The study of permutation polynomials over finite fields has attracted many scholars' attentions due to their wide applications and there are several different forms of permutations over finite fields. However, there is little literature on the relation between different forms of permutations.

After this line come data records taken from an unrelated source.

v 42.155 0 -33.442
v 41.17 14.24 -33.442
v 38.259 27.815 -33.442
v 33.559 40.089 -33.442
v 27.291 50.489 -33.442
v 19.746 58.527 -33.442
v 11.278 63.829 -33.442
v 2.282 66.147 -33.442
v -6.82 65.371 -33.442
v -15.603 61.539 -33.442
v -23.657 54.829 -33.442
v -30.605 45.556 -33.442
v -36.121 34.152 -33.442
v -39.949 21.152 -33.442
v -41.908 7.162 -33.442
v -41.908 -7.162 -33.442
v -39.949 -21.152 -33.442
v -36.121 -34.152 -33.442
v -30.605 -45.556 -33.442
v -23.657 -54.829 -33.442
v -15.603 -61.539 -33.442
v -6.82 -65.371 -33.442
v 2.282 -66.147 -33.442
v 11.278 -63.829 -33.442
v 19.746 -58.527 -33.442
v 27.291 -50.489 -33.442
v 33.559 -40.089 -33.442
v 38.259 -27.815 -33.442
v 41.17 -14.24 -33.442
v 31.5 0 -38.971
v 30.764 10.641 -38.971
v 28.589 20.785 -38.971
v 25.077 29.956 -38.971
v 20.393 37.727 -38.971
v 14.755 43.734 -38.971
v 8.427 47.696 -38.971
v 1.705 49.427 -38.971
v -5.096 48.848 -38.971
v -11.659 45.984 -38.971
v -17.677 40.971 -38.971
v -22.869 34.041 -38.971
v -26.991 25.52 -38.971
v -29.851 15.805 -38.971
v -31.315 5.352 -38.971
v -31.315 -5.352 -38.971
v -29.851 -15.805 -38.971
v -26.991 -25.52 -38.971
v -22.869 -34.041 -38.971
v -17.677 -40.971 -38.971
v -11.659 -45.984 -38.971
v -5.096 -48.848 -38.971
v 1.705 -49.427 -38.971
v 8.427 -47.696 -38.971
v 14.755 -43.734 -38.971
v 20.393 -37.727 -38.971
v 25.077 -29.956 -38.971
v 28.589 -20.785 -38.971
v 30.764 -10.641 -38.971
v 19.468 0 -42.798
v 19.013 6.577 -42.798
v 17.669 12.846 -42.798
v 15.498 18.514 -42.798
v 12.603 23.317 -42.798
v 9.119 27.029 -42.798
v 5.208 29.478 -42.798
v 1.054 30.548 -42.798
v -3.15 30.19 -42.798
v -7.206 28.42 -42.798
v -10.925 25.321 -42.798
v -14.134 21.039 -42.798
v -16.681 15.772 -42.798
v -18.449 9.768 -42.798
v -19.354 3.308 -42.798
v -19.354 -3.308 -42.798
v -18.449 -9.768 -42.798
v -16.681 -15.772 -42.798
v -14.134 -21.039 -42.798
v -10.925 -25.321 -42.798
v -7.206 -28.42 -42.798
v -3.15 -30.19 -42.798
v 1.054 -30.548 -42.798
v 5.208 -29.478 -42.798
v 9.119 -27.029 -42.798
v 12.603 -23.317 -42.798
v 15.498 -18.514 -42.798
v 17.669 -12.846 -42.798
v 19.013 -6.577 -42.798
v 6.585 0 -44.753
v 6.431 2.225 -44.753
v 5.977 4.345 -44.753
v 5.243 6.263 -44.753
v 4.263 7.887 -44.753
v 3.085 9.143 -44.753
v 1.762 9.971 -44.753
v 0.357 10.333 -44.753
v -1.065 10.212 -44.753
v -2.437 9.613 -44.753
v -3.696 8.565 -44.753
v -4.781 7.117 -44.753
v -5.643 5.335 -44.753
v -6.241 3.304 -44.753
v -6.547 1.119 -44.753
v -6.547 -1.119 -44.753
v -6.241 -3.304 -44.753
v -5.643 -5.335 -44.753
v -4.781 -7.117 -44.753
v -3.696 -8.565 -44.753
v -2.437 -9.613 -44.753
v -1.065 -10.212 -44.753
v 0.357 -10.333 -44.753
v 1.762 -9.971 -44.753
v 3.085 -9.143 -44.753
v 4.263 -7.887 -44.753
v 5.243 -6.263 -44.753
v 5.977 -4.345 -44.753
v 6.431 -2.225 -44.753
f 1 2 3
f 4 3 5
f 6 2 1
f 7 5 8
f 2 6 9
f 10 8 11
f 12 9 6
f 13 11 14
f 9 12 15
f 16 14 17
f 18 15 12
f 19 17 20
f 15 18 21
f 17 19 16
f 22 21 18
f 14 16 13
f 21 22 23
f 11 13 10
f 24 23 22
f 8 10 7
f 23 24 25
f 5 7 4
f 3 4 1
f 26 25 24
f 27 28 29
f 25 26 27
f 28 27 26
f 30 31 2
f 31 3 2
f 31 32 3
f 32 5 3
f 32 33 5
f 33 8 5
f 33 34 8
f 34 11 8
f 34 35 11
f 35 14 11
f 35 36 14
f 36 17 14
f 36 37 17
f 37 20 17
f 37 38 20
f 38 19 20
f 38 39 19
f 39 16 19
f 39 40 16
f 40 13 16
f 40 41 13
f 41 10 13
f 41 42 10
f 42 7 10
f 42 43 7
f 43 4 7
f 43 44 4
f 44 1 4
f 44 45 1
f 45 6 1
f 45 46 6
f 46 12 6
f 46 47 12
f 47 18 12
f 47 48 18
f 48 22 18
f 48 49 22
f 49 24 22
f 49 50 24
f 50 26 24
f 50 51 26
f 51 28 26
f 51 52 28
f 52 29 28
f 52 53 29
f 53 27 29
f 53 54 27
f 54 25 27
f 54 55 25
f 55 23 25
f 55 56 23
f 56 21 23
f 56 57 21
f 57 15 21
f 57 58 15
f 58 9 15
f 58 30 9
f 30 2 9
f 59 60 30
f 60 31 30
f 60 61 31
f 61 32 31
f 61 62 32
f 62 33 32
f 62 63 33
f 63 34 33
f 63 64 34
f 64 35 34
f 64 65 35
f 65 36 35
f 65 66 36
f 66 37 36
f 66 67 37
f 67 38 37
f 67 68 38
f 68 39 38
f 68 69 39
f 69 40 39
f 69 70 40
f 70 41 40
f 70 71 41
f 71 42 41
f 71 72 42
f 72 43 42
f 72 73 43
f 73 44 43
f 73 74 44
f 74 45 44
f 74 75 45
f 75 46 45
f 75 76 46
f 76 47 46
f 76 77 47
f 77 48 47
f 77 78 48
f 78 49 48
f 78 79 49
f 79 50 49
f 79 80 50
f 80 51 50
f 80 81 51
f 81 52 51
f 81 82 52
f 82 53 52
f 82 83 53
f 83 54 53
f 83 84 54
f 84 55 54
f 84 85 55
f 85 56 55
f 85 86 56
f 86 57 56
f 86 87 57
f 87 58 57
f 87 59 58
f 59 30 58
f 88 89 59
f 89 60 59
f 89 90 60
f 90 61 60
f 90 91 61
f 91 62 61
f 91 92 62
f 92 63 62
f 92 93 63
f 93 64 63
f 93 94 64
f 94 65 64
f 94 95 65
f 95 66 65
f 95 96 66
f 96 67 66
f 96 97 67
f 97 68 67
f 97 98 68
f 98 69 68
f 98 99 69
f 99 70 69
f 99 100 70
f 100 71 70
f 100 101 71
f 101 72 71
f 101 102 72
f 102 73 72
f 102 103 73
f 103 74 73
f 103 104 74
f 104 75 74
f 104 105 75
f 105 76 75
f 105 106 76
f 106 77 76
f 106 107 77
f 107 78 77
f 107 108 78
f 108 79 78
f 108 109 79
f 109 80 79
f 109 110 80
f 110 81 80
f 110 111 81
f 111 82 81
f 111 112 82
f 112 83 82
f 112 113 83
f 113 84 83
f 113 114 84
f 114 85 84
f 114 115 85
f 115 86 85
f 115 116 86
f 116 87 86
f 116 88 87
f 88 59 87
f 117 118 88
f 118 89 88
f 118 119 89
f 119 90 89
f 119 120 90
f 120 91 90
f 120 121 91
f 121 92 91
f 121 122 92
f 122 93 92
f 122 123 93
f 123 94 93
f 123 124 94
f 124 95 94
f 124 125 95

In this paper, we find an equivalent relation between permutation polynomials of the form $f(x)=xh\left(x^{2^n-1}\right)$ over ${\mathbb{F}}_{2^{2n}}$ and permutations of the form $F(x)=\frac{H_1(\mathrm{\Delta })}{H_1(\mathrm{\Delta })+H_2(\mathrm{\Delta })}+x$ on ${\mathbb{F}}_{2^n}$, where $\mathrm{\Delta }=\frac{1}{x^2+x+\delta }$, $\delta \in {\mathbb{F}}_{2^n}$ with ${\mathrm{Tr}}_{2^n}(\delta )=1$ and $H_1,H_2$ are the x-coordinate and 1-coordinate of h (see Definition 2.4), respectively. A special case with $H_1+H_2=1$, which means $F(x)=H_1\left(\frac{1}{x^2+x+\delta }\right)+x$, has been already studied [8], [16], [21], [22]. We summarize the known permutations and then construct 8 new classes of permutations of such form, from which one can derive some permutation polynomials of the form $xh\left(x^{2^n-1}\right)$ over ${\mathbb{F}}_{2^{2n}}$ directly. Finally, we give an asymptotic result about ${\left(\frac{1}{x^2+x+\delta }\right)}^{2^k}+x$ to be a permutation over ${\mathbb{F}}_{2^n}$ using the Hasse-Weil bound.

有限域置换多项式的研究由于其广泛的应用而引起了许多学者的关注，有限域上的置换有几种不同形式。但是，关于不同排列形式之间关系的文献很少。

在本文中，我们发现形式的置换多项式之间的等价关系 $F（X）=XH（X^{2^{ñ}-\mathrm{1个}}）$ 过度 ${\mathbb{F}}_{2^{2ñ}}$ 和形式的排列 $F（X）=\frac{H_{\mathrm{1个}}（\mathrm{\Delta }）}{H_{\mathrm{1个}}（\mathrm{\Delta }）+H_2（\mathrm{\Delta }）}+X$ 上 ${\mathbb{F}}_{2^{ñ}}$，在哪里 $\mathrm{\Delta }=\frac{\mathrm{1个}}{X^2+X+\delta }$， $\delta \in {\mathbb{F}}_{2^{ñ}}$ 与 ${\mathrm{Tr}}_{2^{ñ}}（\delta ）=\mathrm{1个}$ 和 $H_{\mathrm{1个}}，H_2$分别是h的x坐标和1坐标（请参见定义2.4）。特例$H_{\mathrm{1个}}+H_2=\mathrm{1个}$， 意思是 $F（X）=H_{\mathrm{1个}}（\frac{\mathrm{1个}}{X^2+X+\delta }）+X$，已经被研究过[8]，[16]，[21]，[22]。我们总结了已知的置换，然后构造了8种此类形式的置换，从中可以得出某种形式的置换多项式$XH（X^{2^{ñ}-\mathrm{1个}}）$ 过度 ${\mathbb{F}}_{2^{2ñ}}$直。最后，我们给出关于的渐近结果${（\frac{\mathrm{1个}}{X^2+X+\delta }）}^{2^{ķ}}+X$ 作为一个排列 ${\mathbb{F}}_{2^{ñ}}$ 使用Hasse-Weil界线。